**Requirement**
For the records below, print the lines from the line with "v -4.458 1.064 38.1" through the line with "v -0.622 -3.113 38.1" exactly as written; include both end lines and exclude the rest.

**Stored data**
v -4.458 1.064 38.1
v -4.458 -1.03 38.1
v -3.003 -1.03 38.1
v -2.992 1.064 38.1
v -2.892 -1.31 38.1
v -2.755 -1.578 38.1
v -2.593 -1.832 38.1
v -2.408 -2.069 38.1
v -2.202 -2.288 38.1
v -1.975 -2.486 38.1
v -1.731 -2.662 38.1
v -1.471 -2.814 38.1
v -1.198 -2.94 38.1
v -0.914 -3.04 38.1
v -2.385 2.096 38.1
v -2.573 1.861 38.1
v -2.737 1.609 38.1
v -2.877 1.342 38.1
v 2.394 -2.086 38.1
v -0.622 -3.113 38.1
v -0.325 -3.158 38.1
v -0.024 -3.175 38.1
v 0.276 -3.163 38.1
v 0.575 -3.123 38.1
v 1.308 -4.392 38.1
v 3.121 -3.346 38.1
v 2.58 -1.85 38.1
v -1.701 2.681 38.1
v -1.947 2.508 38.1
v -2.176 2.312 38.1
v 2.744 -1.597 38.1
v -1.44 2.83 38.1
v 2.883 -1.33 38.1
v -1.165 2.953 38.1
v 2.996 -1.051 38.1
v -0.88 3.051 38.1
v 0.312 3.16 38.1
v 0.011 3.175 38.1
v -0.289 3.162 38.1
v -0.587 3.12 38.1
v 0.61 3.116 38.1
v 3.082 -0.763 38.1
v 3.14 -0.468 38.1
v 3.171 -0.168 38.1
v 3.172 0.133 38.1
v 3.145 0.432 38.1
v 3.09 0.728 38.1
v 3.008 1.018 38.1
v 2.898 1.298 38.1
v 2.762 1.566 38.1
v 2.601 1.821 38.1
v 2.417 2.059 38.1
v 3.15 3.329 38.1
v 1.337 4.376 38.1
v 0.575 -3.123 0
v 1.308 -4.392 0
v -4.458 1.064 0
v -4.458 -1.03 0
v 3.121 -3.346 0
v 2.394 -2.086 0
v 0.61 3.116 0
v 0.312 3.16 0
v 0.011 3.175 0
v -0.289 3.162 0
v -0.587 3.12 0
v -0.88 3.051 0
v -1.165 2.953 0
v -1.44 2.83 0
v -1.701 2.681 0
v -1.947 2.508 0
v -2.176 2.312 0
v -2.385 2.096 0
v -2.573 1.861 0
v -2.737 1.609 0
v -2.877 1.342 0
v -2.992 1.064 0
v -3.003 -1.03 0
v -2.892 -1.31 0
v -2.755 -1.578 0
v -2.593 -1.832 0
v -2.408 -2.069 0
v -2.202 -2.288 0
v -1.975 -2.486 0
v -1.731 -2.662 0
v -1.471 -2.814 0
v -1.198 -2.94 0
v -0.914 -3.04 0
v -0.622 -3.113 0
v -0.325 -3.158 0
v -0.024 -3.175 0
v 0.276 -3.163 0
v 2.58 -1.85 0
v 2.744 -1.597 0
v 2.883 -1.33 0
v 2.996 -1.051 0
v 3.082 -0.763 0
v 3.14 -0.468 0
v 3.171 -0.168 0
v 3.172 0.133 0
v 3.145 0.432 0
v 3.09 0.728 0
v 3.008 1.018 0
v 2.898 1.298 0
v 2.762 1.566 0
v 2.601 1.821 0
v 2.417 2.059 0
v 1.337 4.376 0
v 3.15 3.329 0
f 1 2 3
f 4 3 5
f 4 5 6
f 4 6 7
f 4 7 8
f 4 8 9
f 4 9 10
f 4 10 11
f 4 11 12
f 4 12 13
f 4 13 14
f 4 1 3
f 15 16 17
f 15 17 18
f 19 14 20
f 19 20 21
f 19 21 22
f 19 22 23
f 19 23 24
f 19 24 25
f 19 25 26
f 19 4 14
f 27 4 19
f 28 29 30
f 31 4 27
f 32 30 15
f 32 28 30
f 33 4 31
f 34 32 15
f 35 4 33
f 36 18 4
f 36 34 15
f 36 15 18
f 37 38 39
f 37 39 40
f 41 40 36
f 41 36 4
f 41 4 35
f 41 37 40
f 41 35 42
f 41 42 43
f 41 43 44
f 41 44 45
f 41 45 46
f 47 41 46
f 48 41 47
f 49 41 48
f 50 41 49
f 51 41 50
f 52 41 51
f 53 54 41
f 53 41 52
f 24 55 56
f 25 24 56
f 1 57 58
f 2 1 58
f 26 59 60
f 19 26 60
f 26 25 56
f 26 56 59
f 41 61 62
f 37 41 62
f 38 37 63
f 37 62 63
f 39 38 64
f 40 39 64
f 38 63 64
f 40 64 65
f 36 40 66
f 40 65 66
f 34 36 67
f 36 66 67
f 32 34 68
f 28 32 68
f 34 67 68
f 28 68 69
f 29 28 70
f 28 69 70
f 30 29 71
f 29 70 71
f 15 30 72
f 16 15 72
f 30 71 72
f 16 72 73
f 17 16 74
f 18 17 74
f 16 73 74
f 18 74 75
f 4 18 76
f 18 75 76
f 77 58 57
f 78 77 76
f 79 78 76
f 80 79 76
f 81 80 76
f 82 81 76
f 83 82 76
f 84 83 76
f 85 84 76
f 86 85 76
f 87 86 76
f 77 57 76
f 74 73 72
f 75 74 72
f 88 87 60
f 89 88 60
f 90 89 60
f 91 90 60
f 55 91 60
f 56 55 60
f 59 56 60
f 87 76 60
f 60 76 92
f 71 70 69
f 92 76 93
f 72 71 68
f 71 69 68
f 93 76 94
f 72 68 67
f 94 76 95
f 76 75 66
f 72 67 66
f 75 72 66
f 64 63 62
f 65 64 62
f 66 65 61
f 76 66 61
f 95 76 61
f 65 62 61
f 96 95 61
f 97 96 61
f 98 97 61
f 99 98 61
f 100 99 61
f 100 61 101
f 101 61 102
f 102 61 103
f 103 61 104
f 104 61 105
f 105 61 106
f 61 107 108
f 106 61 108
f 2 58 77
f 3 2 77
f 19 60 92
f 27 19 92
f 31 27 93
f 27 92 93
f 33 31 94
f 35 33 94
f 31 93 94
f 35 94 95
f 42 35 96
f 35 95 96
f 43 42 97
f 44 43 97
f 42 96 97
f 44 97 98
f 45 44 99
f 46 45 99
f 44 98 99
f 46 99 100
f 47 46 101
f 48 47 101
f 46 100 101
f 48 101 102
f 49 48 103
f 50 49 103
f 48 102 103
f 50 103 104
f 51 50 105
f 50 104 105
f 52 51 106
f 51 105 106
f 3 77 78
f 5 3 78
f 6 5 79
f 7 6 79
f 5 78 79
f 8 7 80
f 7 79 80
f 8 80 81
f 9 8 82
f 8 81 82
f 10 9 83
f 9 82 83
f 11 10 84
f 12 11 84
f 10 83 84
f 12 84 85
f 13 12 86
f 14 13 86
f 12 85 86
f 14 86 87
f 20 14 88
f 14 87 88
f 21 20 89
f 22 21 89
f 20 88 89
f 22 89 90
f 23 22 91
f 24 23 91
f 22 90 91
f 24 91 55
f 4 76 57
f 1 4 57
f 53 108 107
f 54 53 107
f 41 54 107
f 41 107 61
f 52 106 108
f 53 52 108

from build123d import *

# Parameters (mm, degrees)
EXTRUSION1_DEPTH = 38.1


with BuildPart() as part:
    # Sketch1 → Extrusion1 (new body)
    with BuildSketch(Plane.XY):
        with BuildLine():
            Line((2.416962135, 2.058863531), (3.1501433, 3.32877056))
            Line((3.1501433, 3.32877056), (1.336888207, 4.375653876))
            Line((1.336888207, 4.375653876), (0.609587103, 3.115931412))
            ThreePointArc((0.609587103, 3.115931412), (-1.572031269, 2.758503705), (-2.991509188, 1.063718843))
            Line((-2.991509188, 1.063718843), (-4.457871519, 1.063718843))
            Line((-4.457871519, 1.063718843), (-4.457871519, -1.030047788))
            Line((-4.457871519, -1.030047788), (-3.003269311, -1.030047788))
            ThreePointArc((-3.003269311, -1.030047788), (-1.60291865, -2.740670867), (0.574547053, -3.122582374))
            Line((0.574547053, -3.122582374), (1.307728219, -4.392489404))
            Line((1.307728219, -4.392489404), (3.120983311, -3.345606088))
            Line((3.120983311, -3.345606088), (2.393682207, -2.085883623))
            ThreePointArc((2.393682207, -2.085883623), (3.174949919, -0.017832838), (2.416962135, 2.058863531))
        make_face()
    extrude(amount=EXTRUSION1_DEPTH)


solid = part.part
...
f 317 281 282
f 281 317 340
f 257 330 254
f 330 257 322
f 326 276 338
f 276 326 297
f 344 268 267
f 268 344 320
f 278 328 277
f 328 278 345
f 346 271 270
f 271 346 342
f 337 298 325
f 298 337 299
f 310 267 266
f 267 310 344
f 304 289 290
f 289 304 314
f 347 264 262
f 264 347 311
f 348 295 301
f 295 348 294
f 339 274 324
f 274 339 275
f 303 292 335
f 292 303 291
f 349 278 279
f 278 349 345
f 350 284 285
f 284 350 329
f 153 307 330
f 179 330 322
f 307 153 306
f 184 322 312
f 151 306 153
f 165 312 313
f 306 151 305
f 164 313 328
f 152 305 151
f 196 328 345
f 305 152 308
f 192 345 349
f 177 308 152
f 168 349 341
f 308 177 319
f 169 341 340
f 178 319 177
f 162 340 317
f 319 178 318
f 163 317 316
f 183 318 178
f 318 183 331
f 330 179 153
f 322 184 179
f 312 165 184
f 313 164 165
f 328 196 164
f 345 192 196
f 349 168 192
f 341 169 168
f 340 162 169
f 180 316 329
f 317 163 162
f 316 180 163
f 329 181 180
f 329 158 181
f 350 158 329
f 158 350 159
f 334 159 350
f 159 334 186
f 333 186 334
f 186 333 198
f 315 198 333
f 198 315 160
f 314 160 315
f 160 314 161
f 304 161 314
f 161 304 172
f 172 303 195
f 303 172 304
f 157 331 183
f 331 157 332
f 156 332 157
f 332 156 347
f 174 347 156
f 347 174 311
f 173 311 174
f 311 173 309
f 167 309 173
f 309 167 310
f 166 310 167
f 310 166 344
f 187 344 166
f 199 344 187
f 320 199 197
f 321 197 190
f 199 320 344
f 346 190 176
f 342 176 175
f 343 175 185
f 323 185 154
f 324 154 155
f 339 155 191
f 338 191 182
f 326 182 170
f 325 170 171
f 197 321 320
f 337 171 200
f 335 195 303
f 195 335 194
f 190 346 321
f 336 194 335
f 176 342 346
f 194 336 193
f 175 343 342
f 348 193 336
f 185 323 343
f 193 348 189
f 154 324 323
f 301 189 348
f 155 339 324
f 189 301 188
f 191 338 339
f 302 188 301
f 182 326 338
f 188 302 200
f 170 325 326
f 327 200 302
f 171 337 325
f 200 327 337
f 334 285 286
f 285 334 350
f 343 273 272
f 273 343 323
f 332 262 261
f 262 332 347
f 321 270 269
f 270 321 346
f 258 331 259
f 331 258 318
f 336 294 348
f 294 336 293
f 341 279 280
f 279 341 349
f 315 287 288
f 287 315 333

**Expected output**
v -4.458 1.064 38.1
v -4.458 -1.03 38.1
v -3.003 -1.03 38.1
v -2.992 1.064 38.1
v -2.892 -1.31 38.1
v -2.755 -1.578 38.1
v -2.593 -1.832 38.1
v -2.408 -2.069 38.1
v -2.202 -2.288 38.1
v -1.975 -2.486 38.1
v -1.731 -2.662 38.1
v -1.471 -2.814 38.1
v -1.198 -2.94 38.1
v -0.914 -3.04 38.1
v -2.385 2.096 38.1
v -2.573 1.861 38.1
v -2.737 1.609 38.1
v -2.877 1.342 38.1
v 2.394 -2.086 38.1
v -0.622 -3.113 38.1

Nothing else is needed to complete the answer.